Stored items
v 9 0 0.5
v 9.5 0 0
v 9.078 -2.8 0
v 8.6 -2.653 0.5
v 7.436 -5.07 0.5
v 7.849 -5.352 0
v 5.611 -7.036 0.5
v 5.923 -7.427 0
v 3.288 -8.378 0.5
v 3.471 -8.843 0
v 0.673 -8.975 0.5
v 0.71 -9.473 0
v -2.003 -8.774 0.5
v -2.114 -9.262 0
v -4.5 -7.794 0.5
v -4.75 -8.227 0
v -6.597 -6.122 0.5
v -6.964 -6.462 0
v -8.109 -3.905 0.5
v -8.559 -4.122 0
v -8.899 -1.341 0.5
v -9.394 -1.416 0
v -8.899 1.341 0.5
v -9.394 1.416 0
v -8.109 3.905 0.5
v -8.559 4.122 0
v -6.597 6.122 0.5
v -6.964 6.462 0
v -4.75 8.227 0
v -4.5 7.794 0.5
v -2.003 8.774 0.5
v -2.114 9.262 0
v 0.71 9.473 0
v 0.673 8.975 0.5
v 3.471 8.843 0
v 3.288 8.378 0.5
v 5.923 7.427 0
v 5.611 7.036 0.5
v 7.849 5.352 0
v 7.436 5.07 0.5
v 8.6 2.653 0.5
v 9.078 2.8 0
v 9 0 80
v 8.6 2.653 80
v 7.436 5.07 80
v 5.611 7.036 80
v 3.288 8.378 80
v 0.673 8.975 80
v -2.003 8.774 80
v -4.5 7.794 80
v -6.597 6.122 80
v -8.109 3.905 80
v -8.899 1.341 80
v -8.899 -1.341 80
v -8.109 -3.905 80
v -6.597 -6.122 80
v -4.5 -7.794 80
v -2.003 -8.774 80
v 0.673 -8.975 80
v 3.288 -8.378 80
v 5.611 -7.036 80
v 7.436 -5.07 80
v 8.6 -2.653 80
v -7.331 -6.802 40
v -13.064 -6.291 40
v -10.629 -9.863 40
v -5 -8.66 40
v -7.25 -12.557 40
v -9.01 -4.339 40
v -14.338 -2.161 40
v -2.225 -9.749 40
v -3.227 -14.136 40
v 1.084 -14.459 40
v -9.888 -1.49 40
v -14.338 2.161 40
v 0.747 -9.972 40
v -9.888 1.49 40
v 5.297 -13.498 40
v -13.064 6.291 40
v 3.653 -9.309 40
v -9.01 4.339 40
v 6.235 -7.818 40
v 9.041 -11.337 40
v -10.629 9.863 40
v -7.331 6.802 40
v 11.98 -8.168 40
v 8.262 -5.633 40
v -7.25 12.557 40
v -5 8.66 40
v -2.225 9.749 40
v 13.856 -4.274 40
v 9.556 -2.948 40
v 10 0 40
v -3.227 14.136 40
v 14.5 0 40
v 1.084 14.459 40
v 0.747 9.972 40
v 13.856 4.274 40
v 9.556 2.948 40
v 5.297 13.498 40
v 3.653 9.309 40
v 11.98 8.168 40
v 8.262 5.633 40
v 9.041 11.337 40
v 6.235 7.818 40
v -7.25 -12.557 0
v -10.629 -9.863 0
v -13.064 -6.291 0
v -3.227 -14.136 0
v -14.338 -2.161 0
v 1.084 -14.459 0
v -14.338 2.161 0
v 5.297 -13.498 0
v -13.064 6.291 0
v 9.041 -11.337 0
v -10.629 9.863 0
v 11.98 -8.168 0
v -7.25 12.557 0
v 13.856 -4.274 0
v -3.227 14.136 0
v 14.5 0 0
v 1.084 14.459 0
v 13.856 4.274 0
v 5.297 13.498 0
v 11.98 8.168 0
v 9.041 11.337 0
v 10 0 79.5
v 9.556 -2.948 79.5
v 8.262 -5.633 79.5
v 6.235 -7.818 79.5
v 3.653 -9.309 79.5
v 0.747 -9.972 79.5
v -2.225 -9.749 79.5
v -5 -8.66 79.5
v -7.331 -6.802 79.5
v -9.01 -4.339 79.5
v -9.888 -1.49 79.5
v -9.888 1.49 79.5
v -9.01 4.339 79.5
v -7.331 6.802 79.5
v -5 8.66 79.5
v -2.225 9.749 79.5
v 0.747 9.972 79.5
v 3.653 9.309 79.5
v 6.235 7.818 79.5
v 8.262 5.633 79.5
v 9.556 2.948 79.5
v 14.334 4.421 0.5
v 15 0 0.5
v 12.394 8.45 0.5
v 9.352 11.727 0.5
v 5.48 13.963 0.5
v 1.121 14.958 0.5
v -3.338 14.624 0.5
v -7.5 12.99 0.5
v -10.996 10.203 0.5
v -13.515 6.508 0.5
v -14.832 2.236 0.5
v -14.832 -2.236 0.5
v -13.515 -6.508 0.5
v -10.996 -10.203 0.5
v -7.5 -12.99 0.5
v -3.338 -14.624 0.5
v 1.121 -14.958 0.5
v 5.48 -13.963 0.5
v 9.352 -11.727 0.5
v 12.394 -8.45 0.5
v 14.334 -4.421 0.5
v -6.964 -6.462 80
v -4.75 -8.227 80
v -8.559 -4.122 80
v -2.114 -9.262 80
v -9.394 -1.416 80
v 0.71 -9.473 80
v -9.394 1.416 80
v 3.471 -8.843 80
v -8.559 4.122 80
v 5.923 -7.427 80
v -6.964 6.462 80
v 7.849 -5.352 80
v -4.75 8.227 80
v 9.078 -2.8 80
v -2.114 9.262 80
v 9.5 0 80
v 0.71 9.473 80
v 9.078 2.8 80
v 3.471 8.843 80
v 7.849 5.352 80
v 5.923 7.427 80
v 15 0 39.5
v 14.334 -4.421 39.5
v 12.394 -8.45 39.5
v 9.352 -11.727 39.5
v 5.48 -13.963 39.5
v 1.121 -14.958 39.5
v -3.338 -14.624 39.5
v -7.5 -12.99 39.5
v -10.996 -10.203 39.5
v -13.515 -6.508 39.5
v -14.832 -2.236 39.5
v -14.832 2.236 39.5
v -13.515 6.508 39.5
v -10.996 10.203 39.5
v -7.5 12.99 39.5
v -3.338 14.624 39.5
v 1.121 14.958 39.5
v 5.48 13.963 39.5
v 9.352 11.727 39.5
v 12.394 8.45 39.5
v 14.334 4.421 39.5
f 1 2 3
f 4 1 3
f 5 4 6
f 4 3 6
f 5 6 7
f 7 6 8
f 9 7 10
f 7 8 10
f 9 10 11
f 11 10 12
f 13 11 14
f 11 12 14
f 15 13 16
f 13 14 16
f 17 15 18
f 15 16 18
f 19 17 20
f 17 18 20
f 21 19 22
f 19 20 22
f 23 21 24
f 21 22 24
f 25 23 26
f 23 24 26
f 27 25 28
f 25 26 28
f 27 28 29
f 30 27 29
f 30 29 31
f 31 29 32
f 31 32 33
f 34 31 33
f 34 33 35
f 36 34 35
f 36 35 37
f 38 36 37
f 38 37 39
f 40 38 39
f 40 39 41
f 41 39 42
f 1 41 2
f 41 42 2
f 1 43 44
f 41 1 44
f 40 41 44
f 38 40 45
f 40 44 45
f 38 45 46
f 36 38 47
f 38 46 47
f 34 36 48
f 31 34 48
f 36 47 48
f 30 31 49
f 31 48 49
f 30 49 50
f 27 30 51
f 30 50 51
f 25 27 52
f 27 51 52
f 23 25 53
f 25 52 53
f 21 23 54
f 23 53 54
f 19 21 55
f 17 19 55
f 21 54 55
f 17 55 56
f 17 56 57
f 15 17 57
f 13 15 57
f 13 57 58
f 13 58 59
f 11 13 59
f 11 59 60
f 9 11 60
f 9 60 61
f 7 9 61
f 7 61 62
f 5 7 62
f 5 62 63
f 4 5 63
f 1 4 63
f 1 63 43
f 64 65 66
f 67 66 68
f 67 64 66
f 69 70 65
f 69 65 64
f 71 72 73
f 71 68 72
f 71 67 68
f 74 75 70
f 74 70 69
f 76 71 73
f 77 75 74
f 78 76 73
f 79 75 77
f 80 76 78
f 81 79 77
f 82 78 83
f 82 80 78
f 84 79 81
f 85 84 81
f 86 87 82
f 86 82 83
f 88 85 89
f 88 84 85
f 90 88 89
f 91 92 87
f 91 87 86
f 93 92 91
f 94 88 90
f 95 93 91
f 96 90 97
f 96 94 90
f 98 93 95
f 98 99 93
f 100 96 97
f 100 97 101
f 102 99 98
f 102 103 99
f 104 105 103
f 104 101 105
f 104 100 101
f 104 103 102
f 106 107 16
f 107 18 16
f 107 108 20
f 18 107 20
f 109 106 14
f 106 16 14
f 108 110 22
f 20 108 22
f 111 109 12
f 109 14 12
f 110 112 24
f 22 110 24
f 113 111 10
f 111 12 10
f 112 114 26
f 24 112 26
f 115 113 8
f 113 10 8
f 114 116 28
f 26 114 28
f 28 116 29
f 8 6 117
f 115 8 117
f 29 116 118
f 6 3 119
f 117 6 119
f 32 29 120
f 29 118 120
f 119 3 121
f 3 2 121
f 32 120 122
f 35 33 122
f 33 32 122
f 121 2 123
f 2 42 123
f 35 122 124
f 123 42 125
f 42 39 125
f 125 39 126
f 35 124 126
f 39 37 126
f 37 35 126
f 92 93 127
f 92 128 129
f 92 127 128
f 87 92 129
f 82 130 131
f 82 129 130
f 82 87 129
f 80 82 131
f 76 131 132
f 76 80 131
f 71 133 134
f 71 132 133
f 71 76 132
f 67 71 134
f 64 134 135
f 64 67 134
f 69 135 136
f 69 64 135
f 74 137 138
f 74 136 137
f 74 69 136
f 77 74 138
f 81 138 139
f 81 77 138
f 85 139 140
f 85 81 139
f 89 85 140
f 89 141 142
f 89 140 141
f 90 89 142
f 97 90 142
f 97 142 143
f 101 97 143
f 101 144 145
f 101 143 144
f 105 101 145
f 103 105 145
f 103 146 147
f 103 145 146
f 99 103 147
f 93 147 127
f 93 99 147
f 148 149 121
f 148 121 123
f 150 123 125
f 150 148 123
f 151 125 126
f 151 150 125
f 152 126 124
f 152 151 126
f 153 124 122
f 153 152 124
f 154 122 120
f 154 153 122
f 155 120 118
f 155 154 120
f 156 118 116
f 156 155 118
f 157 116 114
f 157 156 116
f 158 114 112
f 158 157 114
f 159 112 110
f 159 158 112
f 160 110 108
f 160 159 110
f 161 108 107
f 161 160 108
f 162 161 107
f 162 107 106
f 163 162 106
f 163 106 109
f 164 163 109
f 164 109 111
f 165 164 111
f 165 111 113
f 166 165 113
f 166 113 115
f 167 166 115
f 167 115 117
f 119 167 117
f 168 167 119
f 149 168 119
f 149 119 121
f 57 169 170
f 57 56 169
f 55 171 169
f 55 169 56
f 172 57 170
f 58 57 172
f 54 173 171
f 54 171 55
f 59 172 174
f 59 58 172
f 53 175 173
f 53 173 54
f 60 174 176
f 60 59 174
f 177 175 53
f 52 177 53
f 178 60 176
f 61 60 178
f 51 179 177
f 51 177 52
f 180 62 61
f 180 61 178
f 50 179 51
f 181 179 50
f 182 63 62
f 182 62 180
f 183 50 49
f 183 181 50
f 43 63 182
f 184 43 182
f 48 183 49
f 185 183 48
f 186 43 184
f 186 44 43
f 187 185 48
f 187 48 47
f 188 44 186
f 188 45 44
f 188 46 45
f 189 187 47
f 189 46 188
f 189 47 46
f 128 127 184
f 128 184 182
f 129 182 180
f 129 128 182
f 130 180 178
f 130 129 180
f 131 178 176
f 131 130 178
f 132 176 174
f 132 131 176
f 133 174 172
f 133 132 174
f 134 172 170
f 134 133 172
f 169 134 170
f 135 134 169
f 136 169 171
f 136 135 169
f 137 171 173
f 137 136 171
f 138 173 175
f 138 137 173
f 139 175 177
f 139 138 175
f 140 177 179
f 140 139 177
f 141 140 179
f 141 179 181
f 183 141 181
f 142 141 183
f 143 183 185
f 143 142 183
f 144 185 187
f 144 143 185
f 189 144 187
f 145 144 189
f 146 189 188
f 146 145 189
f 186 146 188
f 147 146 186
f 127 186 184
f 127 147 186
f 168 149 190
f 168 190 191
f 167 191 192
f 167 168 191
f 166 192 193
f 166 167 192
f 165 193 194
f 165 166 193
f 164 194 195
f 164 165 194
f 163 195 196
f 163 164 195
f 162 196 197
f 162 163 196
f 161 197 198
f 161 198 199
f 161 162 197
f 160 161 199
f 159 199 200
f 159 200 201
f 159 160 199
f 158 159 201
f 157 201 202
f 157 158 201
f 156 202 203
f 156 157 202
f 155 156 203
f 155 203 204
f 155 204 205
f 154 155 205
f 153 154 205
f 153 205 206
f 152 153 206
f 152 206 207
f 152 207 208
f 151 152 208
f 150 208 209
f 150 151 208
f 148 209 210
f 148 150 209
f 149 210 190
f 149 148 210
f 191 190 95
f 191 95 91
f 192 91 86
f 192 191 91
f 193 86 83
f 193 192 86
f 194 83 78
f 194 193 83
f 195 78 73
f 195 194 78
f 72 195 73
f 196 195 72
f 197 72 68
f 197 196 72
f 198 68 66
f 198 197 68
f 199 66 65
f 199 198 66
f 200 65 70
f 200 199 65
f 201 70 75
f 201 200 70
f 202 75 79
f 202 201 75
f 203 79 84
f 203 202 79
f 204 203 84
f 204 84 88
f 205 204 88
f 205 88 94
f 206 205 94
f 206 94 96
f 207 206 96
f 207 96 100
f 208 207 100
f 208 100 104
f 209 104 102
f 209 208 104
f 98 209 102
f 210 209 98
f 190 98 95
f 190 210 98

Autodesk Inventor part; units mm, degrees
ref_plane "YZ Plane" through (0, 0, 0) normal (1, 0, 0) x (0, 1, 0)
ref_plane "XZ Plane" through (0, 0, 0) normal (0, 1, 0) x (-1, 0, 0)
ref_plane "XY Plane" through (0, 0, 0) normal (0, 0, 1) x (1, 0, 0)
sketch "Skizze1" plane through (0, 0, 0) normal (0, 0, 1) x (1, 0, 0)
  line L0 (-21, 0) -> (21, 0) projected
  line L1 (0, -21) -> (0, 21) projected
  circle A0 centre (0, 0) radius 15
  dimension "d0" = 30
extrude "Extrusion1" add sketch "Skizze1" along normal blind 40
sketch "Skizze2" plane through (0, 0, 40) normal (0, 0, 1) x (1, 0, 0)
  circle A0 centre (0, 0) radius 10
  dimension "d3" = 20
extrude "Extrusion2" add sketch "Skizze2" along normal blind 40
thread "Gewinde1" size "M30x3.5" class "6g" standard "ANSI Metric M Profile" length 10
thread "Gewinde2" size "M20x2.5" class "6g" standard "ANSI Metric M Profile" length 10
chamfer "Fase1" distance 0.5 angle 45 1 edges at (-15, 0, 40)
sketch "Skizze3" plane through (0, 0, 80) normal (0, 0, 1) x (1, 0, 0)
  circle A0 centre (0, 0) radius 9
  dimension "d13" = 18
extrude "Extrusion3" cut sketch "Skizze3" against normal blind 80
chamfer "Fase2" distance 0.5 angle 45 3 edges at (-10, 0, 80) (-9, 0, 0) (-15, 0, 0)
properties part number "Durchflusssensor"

AIM OF THE EXERCISE
Every line above from the line with "v -6.964 6.462 80" to the line with "v -10.996 10.203 39.5", both included, must be reproduced exactly, and no other line may appear.

EXPECTED ANSWER
v -6.964 6.462 80
v 7.849 -5.352 80
v -4.75 8.227 80
v 9.078 -2.8 80
v -2.114 9.262 80
v 9.5 0 80
v 0.71 9.473 80
v 9.078 2.8 80
v 3.471 8.843 80
v 7.849 5.352 80
v 5.923 7.427 80
v 15 0 39.5
v 14.334 -4.421 39.5
v 12.394 -8.45 39.5
v 9.352 -11.727 39.5
v 5.48 -13.963 39.5
v 1.121 -14.958 39.5
v -3.338 -14.624 39.5
v -7.5 -12.99 39.5
v -10.996 -10.203 39.5
v -13.515 -6.508 39.5
v -14.832 -2.236 39.5
v -14.832 2.236 39.5
v -13.515 6.508 39.5
v -10.996 10.203 39.5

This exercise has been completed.